She could not understand how that explanation worked, but she nodded happily and accepted it nonetheless. She liked the uncle she had hardly met before last week, anyway, and she liked the snow, too. Snow in Arstotzka usually melted as soon as it settled on the ground. She could only recall one time it had stuck, when she was much smaller. Her mother called in sick so they could play the whole day, chasing each other around the pure white street and building a little man out of the snow.
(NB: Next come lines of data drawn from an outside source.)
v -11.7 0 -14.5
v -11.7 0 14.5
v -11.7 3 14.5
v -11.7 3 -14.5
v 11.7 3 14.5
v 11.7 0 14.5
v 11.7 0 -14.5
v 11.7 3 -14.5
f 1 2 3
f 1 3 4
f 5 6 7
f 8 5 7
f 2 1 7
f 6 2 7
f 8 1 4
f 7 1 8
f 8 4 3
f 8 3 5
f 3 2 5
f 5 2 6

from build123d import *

# Parameters (mm, degrees)
BOSS_EXTRUDE1_DEPTH   = 3
BOSS_EXTRUDE1_2_DEPTH = 3
SKETCH1_W             = 23.4
SKETCH1_H             = 29
BOSS_EXTRUDE1_3_DEPTH = 3
SKETCH5_R             = 1.44
CUT_EXTRUDE3_DEPTH    = 10
CUT_EXTRUDE4_DEPTH    = 10
SKETCH9_R             = 3.026992654
BOSS_EXTRUDE3_DEPTH   = 3


with BuildPart() as part:
    # Sketch1 → Boss-Extrude1 (new body)
    with BuildSketch(Plane(origin=(0, 0, 0), x_dir=(1, 0, 0), z_dir=(0, 1, 0))):
        with BuildLine():
            add(Edge.make_bspline(
                [(19.180993887, -14.242526212), (19.80083761, -12.341053413), (17.899318471, -11.721194585), (17.279474749, -13.622667384), (16.659631026, -15.524140184), (18.561150164, -16.143999012), (19.180993887, -14.242526212)],
                knots=[0, 0, 0, 0, 0.5, 0.5, 0.5, 1, 1, 1, 1], degree=3, weights=[1, 0.333333333, 0.333333333, 1, 0.333333333, 0.333333333, 1]))
        make_face()
    extrude(amount=BOSS_EXTRUDE1_DEPTH)


with BuildPart() as body_2:
    # Sketch1 → Boss-Extrude1 2 (new body)
    with BuildSketch(Plane(origin=(0, 0, 0), x_dir=(1, 0, 0), z_dir=(0, 1, 0))):
        with BuildLine():
            add(Edge.make_bspline(
                [(22.488505608, -4.096188772), (23.108349331, -2.194715972), (21.206830193, -1.574857144), (20.58698647, -3.476329943), (19.967142747, -5.377802743), (21.868661885, -5.997661571), (22.488505608, -4.096188772)],
                knots=[0, 0, 0, 0, 0.5, 0.5, 0.5, 1, 1, 1, 1], degree=3, weights=[1, 0.333333333, 0.333333333, 1, 0.333333333, 0.333333333, 1]))
        make_face()
    extrude(amount=BOSS_EXTRUDE1_2_DEPTH)


with BuildPart() as body_3:
    # Sketch1 → Boss-Extrude1 3 (new body)
    with BuildSketch(Plane(origin=(0, 0, 0), x_dir=(1, 0, 0), z_dir=(0, 1, 0))):
        Rectangle(SKETCH1_W, SKETCH1_H)
    extrude(amount=BOSS_EXTRUDE1_3_DEPTH)

    # Sketch5 → Cut-Extrude3 (cut)
    with BuildSketch(Plane.XZ):
        with Locations(Location((-2.145634177, 3.61037734, 0), (0, 0, 270))):
            Circle(SKETCH5_R)
    extrude(amount=-CUT_EXTRUDE3_DEPTH, mode=Mode.SUBTRACT)

    # Sketch9 → Boss-Extrude3 (add)
    with BuildSketch(Plane(origin=(0, 3, 0), x_dir=(1, 0, 0), z_dir=(0, 1, 0))):
        with Locations((-2.145634177, -3.61037734)):
            Circle(SKETCH9_R)
    extrude(amount=-BOSS_EXTRUDE3_DEPTH)


with BuildPart() as cut_extrude4_tool:
    # Sketch7 → Cut-Extrude4 (new body)
    with BuildSketch(Plane(origin=(0, 3, 0), x_dir=(1, 0, 0), z_dir=(0, 1, 0))):
        with BuildLine():
            add(Edge.make_bspline(
                [(19.180993887, -14.242526212), (19.80083761, -12.341053413), (17.899318471, -11.721194585), (17.279474749, -13.622667384), (16.659631026, -15.524140184), (18.561150164, -16.143999012), (19.180993887, -14.242526212)],
                knots=[0, 0, 0, 0, 0.5, 0.5, 0.5, 1, 1, 1, 1], degree=3, weights=[1, 0.333333333, 0.333333333, 1, 0.333333333, 0.333333333, 1]))
        make_face()
        with BuildLine():
            add(Edge.make_bspline(
                [(22.488505608, -4.096188772), (23.108349331, -2.194715972), (21.206830193, -1.574857144), (20.58698647, -3.476329943), (19.967142747, -5.377802743), (21.868661885, -5.997661571), (22.488505608, -4.096188772)],
                knots=[0, 0, 0, 0, 0.5, 0.5, 0.5, 1, 1, 1, 1], degree=3, weights=[1, 0.333333333, 0.333333333, 1, 0.333333333, 0.333333333, 1]))
        make_face()
    extrude(amount=-CUT_EXTRUDE4_DEPTH)


with BuildPart() as part_1:
    add(part.part)

    # Cut-Extrude4: cut by cut_extrude4_tool
    add(cut_extrude4_tool.part, mode=Mode.SUBTRACT)


with BuildPart() as body_2_1:
    add(body_2.part)

    # Cut-Extrude4: cut by cut_extrude4_tool
    add(cut_extrude4_tool.part, mode=Mode.SUBTRACT)


solid = body_3.part
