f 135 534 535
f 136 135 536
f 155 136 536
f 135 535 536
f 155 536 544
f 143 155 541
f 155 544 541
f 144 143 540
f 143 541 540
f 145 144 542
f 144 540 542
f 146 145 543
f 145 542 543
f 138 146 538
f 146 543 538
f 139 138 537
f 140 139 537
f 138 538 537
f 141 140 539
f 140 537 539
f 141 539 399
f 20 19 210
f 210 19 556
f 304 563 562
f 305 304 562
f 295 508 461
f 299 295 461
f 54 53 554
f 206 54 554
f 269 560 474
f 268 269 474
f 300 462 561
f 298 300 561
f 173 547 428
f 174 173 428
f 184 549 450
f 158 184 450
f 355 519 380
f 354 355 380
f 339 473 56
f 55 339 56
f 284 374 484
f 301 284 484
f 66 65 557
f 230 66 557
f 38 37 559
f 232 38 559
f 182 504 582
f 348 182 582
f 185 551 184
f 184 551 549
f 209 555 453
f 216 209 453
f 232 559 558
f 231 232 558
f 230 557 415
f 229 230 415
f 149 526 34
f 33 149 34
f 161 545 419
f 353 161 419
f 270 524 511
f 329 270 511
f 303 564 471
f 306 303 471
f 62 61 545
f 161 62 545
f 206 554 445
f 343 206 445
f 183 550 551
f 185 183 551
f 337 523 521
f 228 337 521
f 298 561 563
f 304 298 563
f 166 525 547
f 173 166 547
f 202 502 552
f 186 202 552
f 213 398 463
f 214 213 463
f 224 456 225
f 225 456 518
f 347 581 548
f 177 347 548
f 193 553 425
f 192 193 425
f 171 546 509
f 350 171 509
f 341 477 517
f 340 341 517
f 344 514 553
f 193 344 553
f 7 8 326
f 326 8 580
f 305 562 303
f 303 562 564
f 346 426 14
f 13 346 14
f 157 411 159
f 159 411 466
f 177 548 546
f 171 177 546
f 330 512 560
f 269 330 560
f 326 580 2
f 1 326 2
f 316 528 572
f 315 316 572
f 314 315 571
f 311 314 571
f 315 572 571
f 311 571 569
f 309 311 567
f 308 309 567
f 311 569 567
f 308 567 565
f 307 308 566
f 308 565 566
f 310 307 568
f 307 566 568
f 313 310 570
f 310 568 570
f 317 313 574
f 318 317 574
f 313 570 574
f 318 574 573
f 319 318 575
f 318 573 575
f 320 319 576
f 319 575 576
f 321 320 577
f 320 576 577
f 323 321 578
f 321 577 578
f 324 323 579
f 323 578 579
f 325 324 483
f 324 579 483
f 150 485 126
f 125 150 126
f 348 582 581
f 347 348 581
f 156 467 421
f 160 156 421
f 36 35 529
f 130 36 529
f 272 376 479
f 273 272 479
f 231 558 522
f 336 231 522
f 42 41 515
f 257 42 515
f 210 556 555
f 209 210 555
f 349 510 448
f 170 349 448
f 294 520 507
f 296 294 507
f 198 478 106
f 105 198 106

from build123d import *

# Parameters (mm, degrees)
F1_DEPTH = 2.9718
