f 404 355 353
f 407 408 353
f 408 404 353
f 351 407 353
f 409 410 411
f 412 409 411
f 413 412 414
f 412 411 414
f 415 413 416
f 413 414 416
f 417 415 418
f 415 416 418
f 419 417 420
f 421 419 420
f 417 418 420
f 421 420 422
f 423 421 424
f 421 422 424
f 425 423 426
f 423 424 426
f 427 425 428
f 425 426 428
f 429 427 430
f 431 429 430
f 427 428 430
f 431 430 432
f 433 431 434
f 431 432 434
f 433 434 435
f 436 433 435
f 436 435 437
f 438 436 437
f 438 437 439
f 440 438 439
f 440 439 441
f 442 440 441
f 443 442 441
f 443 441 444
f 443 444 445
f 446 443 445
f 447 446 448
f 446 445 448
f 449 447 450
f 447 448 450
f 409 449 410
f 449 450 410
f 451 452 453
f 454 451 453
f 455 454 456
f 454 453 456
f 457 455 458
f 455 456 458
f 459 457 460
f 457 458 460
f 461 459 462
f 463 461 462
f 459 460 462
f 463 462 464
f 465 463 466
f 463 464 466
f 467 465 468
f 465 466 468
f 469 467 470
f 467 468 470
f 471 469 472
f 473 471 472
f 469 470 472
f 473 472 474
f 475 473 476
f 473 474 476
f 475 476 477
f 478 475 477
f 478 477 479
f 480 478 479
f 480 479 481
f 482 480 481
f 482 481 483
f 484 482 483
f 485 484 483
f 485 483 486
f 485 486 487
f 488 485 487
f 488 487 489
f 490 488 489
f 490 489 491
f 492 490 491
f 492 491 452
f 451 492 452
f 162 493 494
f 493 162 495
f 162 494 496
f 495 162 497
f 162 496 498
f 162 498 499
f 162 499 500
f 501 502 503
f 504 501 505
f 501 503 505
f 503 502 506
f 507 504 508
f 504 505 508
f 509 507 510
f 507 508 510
That evening, a government official visited to inquire about her mother's 'illness'. He called the snowman 'transgressional' and fined them. He even knocked the head off its body with the butt of his gun as he left their apartment building, and she bawled so hard it took her mother an hour to console her.
Her uncle also told her that Obristan was different from Arstotska in other ways. "It is better place," he said, and nothing more.
She could not bring herself to mind all the uncertainty. It was good to leave everything behind. Her mother's pending execution. The social workers with their empty faces. The man who'd approached her the day before her adoption with a 'proposition' and a business card. She wanted the money he offered, but she showed her aunt the card when she came to her new home for the first time, and she threw it away in an instant, clearly rattled.
The day passed in one long blur. She found that all the images burned into one: the train, with so many empty seats she could lie down on them and nap. The long line of people, rocking on their heels and trying not to look back. The passport that spelled her name wrong. The inspector with hard eyes like her uncle's.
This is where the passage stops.